Combining soil- and land cover maps shows that podzols are most frequent (about 18%), especially in the north-western part of the area, followed by gleysols (17%), cambisols (about 13%) and regosols and podzoluvisols (Table 2). Whereas in Europe podzols are by far the most important soils (De Vries et al. 1994; Posch and Reinds 2005), large natural areas in the EECCA countries are occupied by wet soils such as gleysols. Soils in natural areas mainly occur on coarse (texture class 1, 41%) and medium soil textures (class 2, 48%). Natural vegetation on fine textures (classes 3–5) is rare and occupies only about 10% of the area. About 4% of the vegetation is located on peat soils.

Table 2 Area and share of the 10 most common vegetation-soil combinations

There are inaccuracies in these estimates, because the soil map consists of soil associations. The map overlay thus gives an area for each association, not for each soil type. Vegetation has been assigned evenly to all soil types within the association, which in reality will not always be the case. Nevertheless, a previous study showed that an uneven allocation of forests, in which they are assigned to poor and steep soils first, yields an almost identical distribution of forest-soil combinations in Europe as an even distribution (De Vries et al. 1994).

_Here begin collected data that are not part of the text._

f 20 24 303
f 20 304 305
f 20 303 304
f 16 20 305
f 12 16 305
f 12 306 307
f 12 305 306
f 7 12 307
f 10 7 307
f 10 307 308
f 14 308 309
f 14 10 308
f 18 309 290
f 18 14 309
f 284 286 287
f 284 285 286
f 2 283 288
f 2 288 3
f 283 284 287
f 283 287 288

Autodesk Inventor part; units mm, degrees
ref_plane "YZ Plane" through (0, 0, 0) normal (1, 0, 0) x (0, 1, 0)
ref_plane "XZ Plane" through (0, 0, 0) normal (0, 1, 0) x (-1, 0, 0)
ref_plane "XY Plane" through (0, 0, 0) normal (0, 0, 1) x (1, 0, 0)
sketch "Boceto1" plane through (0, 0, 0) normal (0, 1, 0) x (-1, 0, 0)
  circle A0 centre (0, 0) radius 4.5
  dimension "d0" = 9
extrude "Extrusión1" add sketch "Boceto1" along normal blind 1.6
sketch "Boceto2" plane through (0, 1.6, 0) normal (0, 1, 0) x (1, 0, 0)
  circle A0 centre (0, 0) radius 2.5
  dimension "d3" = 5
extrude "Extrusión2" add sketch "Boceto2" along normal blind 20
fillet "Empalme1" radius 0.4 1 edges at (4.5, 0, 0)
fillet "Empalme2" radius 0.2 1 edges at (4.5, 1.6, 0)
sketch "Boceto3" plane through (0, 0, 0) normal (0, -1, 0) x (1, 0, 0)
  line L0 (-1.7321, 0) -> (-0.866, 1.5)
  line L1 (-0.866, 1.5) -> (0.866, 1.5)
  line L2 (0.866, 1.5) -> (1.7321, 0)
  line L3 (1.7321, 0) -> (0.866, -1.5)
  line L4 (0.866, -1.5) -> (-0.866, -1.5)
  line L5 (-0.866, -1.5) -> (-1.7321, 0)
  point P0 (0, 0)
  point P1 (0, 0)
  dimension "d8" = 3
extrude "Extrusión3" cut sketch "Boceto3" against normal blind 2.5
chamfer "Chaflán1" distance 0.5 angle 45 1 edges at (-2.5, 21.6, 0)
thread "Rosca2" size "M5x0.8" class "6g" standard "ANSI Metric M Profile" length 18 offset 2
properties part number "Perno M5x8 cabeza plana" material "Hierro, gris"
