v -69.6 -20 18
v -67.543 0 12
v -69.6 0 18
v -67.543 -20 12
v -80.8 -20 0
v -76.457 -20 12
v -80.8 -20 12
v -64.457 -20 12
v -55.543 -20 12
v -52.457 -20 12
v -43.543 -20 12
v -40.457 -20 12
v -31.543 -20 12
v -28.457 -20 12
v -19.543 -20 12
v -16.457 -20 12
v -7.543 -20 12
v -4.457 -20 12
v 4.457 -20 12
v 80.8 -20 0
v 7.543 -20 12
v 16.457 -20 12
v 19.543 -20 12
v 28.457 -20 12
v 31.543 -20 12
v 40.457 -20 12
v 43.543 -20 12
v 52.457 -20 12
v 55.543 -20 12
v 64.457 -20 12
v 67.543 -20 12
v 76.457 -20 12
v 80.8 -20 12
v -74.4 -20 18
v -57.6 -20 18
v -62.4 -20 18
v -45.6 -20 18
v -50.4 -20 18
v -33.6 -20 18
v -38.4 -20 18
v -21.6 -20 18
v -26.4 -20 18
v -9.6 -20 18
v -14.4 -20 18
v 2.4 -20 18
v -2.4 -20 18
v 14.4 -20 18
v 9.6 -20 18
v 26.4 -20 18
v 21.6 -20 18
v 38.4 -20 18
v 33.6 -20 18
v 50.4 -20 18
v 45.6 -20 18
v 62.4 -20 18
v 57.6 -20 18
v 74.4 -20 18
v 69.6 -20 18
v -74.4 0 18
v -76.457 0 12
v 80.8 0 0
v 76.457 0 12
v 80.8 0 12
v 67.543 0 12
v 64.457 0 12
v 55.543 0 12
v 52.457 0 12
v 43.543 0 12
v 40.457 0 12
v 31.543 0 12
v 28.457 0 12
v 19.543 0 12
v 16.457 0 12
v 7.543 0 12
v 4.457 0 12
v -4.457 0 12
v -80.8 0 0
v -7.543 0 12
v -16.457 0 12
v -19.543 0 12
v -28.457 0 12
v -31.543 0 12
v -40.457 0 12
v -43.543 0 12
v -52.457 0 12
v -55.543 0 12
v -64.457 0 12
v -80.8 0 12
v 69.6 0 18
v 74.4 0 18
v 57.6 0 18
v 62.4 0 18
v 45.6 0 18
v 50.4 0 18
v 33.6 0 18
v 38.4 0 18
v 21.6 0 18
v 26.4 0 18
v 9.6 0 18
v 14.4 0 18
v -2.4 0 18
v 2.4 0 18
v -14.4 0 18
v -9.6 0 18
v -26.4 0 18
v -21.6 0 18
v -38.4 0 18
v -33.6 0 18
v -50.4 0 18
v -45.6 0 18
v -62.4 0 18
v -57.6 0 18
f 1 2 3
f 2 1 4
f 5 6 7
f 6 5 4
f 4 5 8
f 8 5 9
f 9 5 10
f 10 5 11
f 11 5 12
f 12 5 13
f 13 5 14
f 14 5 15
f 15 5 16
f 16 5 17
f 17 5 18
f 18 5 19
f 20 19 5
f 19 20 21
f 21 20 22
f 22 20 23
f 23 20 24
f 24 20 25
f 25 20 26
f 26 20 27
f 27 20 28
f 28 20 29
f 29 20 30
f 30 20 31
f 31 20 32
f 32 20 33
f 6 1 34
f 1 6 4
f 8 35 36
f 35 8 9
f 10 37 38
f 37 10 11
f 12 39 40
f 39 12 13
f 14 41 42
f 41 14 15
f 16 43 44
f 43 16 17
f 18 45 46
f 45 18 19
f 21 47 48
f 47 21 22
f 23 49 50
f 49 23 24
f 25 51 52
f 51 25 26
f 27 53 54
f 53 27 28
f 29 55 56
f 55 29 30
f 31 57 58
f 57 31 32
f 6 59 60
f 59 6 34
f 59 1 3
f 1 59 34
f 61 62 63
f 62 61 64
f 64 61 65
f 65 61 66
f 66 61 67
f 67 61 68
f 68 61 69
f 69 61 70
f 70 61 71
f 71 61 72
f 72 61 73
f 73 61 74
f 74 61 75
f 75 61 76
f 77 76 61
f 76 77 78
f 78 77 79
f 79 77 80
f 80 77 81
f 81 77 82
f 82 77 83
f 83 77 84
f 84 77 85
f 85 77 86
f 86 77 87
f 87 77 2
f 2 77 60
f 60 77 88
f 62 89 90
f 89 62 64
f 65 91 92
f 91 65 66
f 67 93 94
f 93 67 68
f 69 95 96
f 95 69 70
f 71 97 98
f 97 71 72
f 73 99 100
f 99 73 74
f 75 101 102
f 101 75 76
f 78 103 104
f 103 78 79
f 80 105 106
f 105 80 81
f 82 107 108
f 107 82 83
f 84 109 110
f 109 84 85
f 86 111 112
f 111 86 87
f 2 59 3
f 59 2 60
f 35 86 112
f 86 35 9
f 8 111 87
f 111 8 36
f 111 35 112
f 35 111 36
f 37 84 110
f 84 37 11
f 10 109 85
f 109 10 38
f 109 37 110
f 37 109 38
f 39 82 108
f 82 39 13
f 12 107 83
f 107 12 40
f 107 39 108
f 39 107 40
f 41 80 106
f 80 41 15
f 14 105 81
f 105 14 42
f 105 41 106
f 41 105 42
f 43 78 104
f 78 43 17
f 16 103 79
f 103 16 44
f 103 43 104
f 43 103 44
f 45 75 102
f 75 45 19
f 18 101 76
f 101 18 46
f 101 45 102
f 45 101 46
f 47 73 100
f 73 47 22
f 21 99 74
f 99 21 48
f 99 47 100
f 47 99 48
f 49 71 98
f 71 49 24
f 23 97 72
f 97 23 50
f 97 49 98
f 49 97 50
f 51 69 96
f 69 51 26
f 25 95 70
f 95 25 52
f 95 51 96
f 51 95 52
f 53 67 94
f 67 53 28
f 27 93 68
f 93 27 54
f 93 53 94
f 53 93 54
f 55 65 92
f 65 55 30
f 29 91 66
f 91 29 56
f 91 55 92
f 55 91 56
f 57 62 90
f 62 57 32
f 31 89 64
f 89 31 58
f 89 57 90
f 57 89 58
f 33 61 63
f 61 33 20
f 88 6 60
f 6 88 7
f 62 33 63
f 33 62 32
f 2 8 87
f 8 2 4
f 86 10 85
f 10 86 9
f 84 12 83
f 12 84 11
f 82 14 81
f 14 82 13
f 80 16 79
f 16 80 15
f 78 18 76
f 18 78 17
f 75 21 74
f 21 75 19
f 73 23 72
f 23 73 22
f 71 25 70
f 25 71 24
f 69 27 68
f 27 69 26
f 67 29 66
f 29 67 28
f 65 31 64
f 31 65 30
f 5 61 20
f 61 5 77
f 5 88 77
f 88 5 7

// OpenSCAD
$fn = 32;

// ----------------------------------------------------------------------
// Toothed rack, 13 teeth
// 12 mm pitch, 6 mm teeth
// ----------------------------------------------------------------------

// --- parameters (mm) ---
bar_w = 20;     // bar width (Y)
bar_h = 12;     // bar height (Z)
teeth = 13;     // number of teeth
pitch = 12;     // tooth pitch
tooth_h = 6;    // tooth height above the bar
root_w = 9.6;   // tooth width at the root
crest_w = 4.8;  // tooth width at the crest

// --- derived feature positions (mm) ---
span = (teeth - 1) * pitch;  // = 144   distance between the outer teeth
bar_l = span + root_w + 8;   // = 161.6   bar length: teeth plus 4 mm at each end
tooth_x = -span / 2;         // = -72   X of the first tooth
height = bar_h + tooth_h;    // = 18   overall height
feature_centers = [
  [tooth_x + 0 * pitch, -bar_w / 2],
  [tooth_x + 1 * pitch, -bar_w / 2],
  [tooth_x + 2 * pitch, -bar_w / 2],
  [tooth_x + 3 * pitch, -bar_w / 2],
  [tooth_x + 4 * pitch, -bar_w / 2],
  [tooth_x + 5 * pitch, -bar_w / 2],
  [tooth_x + 6 * pitch, -bar_w / 2],
  [tooth_x + 7 * pitch, -bar_w / 2],
  [tooth_x + 8 * pitch, -bar_w / 2],
  [tooth_x + 9 * pitch, -bar_w / 2],
  [tooth_x + 10 * pitch, -bar_w / 2],
  [tooth_x + 11 * pitch, -bar_w / 2],
  [tooth_x + 12 * pitch, -bar_w / 2]
];   // tooth centre line, drives the tooth loop

// bar with a rack of teeth, one extruded trapezoium per centre
module rack_tooth() {
  linear_extrude(height = bar_w)
    polygon(points = [
      [0, 0],
      [root_w, 0],
      [root_w / 2 + crest_w / 2, tooth_h + 1],
      [root_w / 2 - crest_w / 2, tooth_h + 1]
    ]);
}

union() {
  translate([-bar_l / 2, -bar_w, 0]) cube([bar_l, bar_w, bar_h]);
  for (centre = feature_centers)
    translate([centre[0] - root_w / 2, 0, bar_h - 1]) rotate([90, 0, 0]) rack_tooth();
}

2.4 Meteorology and Hydrology

The annual water flux through the soil at the bottom of the rooting zone is required to compute the concentration and leaching of compounds. The bottom of the root zone was set at 50 cm, except for lithosols which have a soil depth of 10 cm only. The leaching rate was estimated from meteorological data and soil properties. Long-term (1961–1990) average monthly temperature, precipitation and cloudiness were derived from a high resolution European data base (New et al. 1999) that contains monthly values for the years 1901–2001 for land-based grid-cells of 10′ × 10′ (approximately 15 × 18 km in central Europe). For sites east of 32°, a coarser 0.5° × 0.5° global database from the same authors was used (New et al. 2000).

Evapotranspiration was calculated with a sub-model used in the IMAGE global change model (Leemans and Van den Born 1994) following the approach by Prentice et al. (1993). Potential evapotranspiration was computed from temperature, sunshine and latitude. The effect of snow cover on evapotranspiration was included by simulating accumulation and melting of a snow layer at each site using the temperature and precipitation data. Actual evapotranspiration was then computed using a reduction function for potential evapotranspiration based on the available water content in the soil described by Federer (1982). Soil water content is in turn estimated using a simple bucket-like model that uses water holding capacity and precipitation data. The available water content (AWC) and the water content at wilting point were estimated as a function of soil type and texture class according to Batjes (1996). Batjes (1996) provides texture class dependent AWC values for FAO soil types based on an extensive literature review and developed a transfer function to compute wilting point from soil texture and soil organic carbon content. A complete description of the hydrological model (without the snow module) can be found in Reinds et al. (2001).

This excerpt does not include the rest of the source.